ベオグラードで老若男女が訪れる場所といえばパン屋(Pekara)。セルビア人の主食はパンであるが、パンを自宅で手作りするということはほぼない。そのため食事の際に食べるパンを求めて、あるいは朝食や昼食用に食べるものを買いに、働き盛りの人や学生、子連れ世代、高齢者などあらゆる年代の人がやってくる。

ベオグラード市内には相当な数のパン屋がある気がするが、パン屋の隣にパン屋があることも珍しくない。客を奪い合わないのかと心配になるが、それぞれの店の人気商品、その店でしか売っていない客のお目当ての品があるので、喧嘩しないようだ。閉店時間が近づくと全商品半額セールを開催してくれるお店もあったりする。お店のメニューに加え、サービス内容や営業時間なども微妙に異なるため、不思議とうまく共存している。

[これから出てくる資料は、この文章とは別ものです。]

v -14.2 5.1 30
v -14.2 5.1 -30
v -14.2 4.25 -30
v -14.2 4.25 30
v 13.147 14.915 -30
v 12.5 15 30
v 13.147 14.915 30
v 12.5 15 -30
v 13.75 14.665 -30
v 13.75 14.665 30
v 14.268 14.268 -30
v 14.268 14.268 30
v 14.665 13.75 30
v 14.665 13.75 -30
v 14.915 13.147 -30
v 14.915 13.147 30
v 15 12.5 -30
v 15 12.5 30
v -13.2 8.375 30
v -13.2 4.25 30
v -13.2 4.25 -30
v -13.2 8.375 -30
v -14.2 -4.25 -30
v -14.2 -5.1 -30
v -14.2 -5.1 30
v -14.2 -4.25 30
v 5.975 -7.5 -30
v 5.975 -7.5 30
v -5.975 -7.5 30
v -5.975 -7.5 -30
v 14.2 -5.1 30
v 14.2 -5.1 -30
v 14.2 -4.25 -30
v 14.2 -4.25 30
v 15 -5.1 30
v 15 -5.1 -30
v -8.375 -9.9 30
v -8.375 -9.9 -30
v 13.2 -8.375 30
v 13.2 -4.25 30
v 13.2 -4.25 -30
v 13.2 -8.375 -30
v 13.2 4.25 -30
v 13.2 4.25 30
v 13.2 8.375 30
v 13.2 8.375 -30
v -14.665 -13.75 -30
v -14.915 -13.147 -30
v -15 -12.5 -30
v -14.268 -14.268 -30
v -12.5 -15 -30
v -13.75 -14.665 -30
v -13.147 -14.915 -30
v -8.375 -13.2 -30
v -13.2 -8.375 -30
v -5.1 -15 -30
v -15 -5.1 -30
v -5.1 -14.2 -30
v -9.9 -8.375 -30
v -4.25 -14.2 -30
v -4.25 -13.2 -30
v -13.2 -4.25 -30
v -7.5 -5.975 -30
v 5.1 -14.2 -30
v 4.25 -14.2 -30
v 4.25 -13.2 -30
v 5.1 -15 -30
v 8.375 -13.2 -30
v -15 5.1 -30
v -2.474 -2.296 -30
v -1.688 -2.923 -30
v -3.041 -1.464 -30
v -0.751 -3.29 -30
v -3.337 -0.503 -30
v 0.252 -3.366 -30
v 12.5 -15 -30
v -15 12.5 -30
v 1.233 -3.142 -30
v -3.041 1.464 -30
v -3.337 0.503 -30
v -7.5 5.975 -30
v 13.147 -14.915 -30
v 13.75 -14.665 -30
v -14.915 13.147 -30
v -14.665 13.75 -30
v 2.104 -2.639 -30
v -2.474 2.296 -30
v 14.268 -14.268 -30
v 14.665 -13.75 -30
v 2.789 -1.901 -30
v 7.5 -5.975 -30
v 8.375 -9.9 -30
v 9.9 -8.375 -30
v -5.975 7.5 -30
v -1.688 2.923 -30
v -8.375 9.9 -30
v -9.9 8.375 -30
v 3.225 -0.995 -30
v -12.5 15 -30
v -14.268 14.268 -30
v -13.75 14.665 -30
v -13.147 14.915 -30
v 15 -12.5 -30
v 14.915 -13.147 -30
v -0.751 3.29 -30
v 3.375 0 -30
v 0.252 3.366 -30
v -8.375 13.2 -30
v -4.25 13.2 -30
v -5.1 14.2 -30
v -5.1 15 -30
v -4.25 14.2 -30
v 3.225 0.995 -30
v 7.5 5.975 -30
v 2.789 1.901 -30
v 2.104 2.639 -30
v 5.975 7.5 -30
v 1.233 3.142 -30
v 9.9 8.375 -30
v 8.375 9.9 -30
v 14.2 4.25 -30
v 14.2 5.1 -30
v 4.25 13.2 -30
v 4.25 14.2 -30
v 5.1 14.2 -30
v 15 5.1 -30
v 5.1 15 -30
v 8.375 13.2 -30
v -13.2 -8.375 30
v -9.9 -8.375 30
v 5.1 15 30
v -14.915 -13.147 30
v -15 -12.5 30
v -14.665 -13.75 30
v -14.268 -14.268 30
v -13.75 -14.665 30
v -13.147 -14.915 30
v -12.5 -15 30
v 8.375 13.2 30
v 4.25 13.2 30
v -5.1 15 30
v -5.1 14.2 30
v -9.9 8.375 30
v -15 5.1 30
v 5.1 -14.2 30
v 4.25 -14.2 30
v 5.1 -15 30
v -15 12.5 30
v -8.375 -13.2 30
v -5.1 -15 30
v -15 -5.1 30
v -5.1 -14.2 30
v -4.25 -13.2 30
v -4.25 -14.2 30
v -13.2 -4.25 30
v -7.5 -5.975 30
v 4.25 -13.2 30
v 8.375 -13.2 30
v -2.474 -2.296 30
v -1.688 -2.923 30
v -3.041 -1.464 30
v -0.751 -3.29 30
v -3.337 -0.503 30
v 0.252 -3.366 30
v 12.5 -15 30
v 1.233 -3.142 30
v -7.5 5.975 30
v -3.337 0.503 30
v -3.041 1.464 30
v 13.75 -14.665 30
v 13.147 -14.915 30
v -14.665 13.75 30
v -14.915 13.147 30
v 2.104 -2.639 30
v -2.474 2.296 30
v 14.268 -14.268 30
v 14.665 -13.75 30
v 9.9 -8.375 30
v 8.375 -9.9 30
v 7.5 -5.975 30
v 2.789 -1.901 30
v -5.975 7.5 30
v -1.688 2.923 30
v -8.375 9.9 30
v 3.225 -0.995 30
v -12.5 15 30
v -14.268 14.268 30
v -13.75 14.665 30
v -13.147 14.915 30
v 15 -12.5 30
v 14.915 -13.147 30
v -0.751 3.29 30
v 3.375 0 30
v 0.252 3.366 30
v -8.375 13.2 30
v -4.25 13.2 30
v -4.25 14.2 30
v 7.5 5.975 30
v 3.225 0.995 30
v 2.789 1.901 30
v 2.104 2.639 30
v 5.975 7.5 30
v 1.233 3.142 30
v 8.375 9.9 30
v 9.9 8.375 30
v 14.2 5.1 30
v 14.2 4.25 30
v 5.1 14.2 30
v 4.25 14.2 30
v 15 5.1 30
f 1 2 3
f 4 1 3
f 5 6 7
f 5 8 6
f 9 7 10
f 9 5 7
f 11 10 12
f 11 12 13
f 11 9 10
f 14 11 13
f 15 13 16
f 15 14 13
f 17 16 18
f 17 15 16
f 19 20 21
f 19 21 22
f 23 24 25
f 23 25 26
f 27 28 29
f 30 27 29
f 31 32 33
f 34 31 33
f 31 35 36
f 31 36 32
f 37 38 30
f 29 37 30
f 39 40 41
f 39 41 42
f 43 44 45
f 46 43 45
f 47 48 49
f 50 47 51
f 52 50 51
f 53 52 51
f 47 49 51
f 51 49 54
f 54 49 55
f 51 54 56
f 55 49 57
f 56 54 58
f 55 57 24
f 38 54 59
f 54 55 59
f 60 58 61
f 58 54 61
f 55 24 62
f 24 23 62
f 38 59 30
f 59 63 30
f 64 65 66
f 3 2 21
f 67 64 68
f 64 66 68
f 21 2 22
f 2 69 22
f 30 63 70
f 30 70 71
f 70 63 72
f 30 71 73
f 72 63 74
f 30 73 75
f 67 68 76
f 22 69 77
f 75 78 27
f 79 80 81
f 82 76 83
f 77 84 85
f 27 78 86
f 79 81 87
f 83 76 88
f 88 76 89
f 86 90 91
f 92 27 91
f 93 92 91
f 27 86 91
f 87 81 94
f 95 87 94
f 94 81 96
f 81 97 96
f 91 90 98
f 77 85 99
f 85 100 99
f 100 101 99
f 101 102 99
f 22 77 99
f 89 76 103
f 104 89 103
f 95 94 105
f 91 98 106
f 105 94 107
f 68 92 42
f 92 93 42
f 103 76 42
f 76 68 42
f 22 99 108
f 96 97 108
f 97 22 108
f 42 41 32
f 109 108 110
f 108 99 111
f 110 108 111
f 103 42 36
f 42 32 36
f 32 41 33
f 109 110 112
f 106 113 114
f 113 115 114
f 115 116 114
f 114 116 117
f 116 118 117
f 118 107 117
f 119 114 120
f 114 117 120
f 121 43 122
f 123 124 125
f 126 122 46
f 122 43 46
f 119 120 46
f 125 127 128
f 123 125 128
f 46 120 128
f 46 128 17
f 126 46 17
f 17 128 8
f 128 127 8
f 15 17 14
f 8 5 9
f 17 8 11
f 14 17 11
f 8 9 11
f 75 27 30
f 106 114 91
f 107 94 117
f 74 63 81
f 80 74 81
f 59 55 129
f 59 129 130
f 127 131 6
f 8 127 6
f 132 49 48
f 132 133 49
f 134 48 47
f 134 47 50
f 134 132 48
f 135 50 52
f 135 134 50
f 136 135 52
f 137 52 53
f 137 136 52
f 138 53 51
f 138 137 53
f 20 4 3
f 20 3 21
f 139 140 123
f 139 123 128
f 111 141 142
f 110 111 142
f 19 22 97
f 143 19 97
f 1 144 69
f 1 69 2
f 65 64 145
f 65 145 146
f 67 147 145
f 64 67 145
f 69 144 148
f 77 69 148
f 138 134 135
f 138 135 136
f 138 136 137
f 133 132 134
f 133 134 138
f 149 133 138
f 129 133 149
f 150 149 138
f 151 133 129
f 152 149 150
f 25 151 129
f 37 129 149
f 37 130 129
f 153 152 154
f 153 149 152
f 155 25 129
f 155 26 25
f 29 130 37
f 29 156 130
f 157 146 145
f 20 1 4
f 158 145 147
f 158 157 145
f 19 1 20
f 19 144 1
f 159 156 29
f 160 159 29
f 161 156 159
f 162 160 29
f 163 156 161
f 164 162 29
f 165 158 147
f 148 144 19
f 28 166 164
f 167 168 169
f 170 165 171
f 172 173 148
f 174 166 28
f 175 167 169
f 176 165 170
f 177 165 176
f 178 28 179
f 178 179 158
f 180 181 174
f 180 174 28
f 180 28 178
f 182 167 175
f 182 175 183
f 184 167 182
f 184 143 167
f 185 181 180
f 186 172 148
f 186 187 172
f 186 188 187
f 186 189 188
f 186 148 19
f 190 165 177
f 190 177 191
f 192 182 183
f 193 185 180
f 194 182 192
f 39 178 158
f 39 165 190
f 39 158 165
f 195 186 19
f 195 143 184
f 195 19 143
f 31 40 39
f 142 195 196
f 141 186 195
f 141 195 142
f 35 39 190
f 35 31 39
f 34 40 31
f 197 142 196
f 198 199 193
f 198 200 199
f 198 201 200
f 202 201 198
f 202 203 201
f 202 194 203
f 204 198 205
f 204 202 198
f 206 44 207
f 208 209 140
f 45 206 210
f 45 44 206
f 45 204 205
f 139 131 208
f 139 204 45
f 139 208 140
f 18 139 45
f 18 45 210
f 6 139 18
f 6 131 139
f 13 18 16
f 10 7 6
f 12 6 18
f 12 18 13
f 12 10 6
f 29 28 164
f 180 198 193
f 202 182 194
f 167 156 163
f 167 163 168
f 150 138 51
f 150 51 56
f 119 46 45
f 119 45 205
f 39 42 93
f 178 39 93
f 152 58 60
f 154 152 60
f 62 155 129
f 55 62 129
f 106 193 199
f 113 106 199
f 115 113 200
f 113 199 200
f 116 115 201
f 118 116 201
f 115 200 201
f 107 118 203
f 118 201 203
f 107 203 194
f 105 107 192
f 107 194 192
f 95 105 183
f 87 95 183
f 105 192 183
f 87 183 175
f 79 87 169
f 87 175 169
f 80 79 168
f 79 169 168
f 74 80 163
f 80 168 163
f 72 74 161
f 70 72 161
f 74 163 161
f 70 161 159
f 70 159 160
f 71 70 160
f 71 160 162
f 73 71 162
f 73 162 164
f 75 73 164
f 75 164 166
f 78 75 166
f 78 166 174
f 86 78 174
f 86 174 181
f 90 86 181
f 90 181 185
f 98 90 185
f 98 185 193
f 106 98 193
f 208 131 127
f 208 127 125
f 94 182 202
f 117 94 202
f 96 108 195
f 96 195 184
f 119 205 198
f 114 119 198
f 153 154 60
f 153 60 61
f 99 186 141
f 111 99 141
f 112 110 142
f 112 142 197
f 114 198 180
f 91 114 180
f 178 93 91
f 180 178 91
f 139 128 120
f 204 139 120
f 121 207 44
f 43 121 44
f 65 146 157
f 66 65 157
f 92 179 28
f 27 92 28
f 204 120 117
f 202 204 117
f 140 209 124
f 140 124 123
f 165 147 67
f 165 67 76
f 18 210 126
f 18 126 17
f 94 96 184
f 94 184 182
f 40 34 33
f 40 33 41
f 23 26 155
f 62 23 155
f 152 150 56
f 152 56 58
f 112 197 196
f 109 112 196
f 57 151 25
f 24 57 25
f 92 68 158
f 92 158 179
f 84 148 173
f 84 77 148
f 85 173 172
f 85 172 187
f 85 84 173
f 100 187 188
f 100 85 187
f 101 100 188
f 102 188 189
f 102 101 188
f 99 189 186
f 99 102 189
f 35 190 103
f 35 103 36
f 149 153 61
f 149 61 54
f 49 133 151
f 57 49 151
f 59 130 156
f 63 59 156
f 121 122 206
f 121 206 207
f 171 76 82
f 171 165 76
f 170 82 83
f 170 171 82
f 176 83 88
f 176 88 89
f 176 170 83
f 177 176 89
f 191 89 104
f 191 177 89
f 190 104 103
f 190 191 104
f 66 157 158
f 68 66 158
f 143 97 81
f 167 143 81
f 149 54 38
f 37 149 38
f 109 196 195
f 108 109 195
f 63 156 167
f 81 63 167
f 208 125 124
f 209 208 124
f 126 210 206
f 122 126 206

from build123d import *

# Parameters (mm, degrees)
SKETCH1_W                = 30
SKETCH1_H                = 30
BOSS_EXTRUDE1_DEPTH      = 30
SKETCH2_R                = 3.375
CUT_EXTRUDE1_DEPTH       = 64.639610307
FILLET1_R                = 2.5
CUT_EXTRUDE2_DEPTH       = 64.639610307
CIRPATTERN1_COUNT        = 4
CIRPATTERN1_COPY_1_DEPTH = 64.639610307
CIRPATTERN1_COPY_2_DEPTH = 64.639610307
CIRPATTERN1_COPY_3_DEPTH = 64.639610307


with BuildPart() as part:
    # Sketch1 → Boss-Extrude1 (new, symmetric)
    with BuildSketch(Plane.XY):
        Rectangle(SKETCH1_W, SKETCH1_H)
    extrude(amount=BOSS_EXTRUDE1_DEPTH, both=True)

    # Sketch2 → Cut-Extrude1 (cut, through all)
    with BuildSketch(Plane.XY.offset(30)):
        Circle(SKETCH2_R)
    extrude(amount=-CUT_EXTRUDE1_DEPTH, mode=Mode.SUBTRACT)

    # Fillet1
    fillet1_edges = [part.edges().sort_by_distance(p)[0] for p in [
        (15, -15, 0),
        (-15, -15, 0),
        (-15, 15, 0),
        (15, 15, 0),
    ]]
    fillet(fillet1_edges, radius=FILLET1_R)

    # Sketch3 → Cut-Extrude2 (cut, through all)
    with BuildSketch(Plane.XY.offset(30)):
        Polygon((0, 15), (-5.1, 15), (-5.1, 14.2), (-4.25, 14.2), (-4.25, 13.2), (-8.375, 13.2), (-8.375, 9.9), (-5.975, 7.5), (0, 7.5), align=None)
    cut_extrude2 = extrude(amount=-CUT_EXTRUDE2_DEPTH, mode=Mode.SUBTRACT)

    # Mirror1: Cut-Extrude2 across plane
    add(cut_extrude2.mirror(Plane(origin=(0, 0, 0), x_dir=(0, 0, 1), z_dir=(1, 0, 0))), mode=Mode.SUBTRACT)

    # CirPattern1: Cut-Extrude2 ×4 about axis
    cirpattern1_axis = Axis((0, 0, 0), (0, 0, 1))
    for i in range(1, CIRPATTERN1_COUNT):
        add(cut_extrude2.rotate(cirpattern1_axis, i * 360 / CIRPATTERN1_COUNT), mode=Mode.SUBTRACT)

    # CirPattern1 copy 1 sketch → CirPattern1 copy 1 (cut, through all)
    with BuildSketch(Plane(origin=(0, 0, 30), x_dir=(0, -1, 0), z_dir=(0, 0, 1))):
        Polygon((0, -15), (-5.1, -15), (-5.1, -14.2), (-4.25, -14.2), (-4.25, -13.2), (-8.375, -13.2), (-8.375, -9.9), (-5.975, -7.5), (0, -7.5), align=None)
    extrude(amount=-CIRPATTERN1_COPY_1_DEPTH, mode=Mode.SUBTRACT)

    # CirPattern1 copy 2 sketch → CirPattern1 copy 2 (cut, through all)
    with BuildSketch(Plane.XY.offset(30)):
        Polygon((0, -15), (-5.1, -15), (-5.1, -14.2), (-4.25, -14.2), (-4.25, -13.2), (-8.375, -13.2), (-8.375, -9.9), (-5.975, -7.5), (0, -7.5), align=None)
    extrude(amount=-CIRPATTERN1_COPY_2_DEPTH, mode=Mode.SUBTRACT)

    # CirPattern1 copy 3 sketch → CirPattern1 copy 3 (cut, through all)
    with BuildSketch(Plane(origin=(0, 0, 30), x_dir=(0, 1, 0), z_dir=(0, 0, 1))):
        Polygon((0, -15), (-5.1, -15), (-5.1, -14.2), (-4.25, -14.2), (-4.25, -13.2), (-8.375, -13.2), (-8.375, -9.9), (-5.975, -7.5), (0, -7.5), align=None)
    extrude(amount=-CIRPATTERN1_COPY_3_DEPTH, mode=Mode.SUBTRACT)


solid = part.part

ここで、ベオグラードのいたって普通のパン屋で見つけることができる、定番メニューをイラストで紹介してみたい。これらのメニューに加え、それぞれのパン屋では店独自の商品が加えられる。2025年3月時点での平均的な価格も付しておいた(1セルビアディナール=RSDは1.38円)。

小麦をはじめとしたシンプルな材料を用いた食べ物がどんな形に仕上げられ、店頭に並び、そしてどんなものが売れてゆくのか…パン屋を覗けばその国の食文化の特徴が少なからずわかる気もする。例えば、ゴマをふんだんにまぶした「Đevrek(ジェヴレック)」はトルコやギリシャでもよく食べられているようだし、「Burek(ブレク)」は他のバルカン半島の国でも親しまれている。「Kifla」発祥の地はオーストリア=ハンガリー帝国とされる。セルビアが長い複雑な歴史のなかで、さまざまな食文化を受容してきたことが伝わってくる。一方で、とうもろこし粉を使って作るセルビアならではの郷土料理「Proja(プロヤ)」もパン屋で見つけることができるのだ。

©Mayu Takeuchi

またベオグラードのパン屋では焼き菓子やケーキも売られている。

©Mayu Takeuchi
パン屋と人

パン屋の前を通りかかると、いつも黄金色に輝くショーケースに目を奪われる。日本の多くのパン屋とちがって、ショーケースに陳列された商品を店員に注文するスタイルなので、子連れでも入りやすい。一方、日本のように動物のかたちをした可愛らしいパンなどはなく、子どもに媚びた商品は存在しない。しいていえばKiflica(キフリッツァ)やŽu-žu(ジュジュ)、Krofnice(クロフニツェ) などは小さな子どもの手にも握りやすい。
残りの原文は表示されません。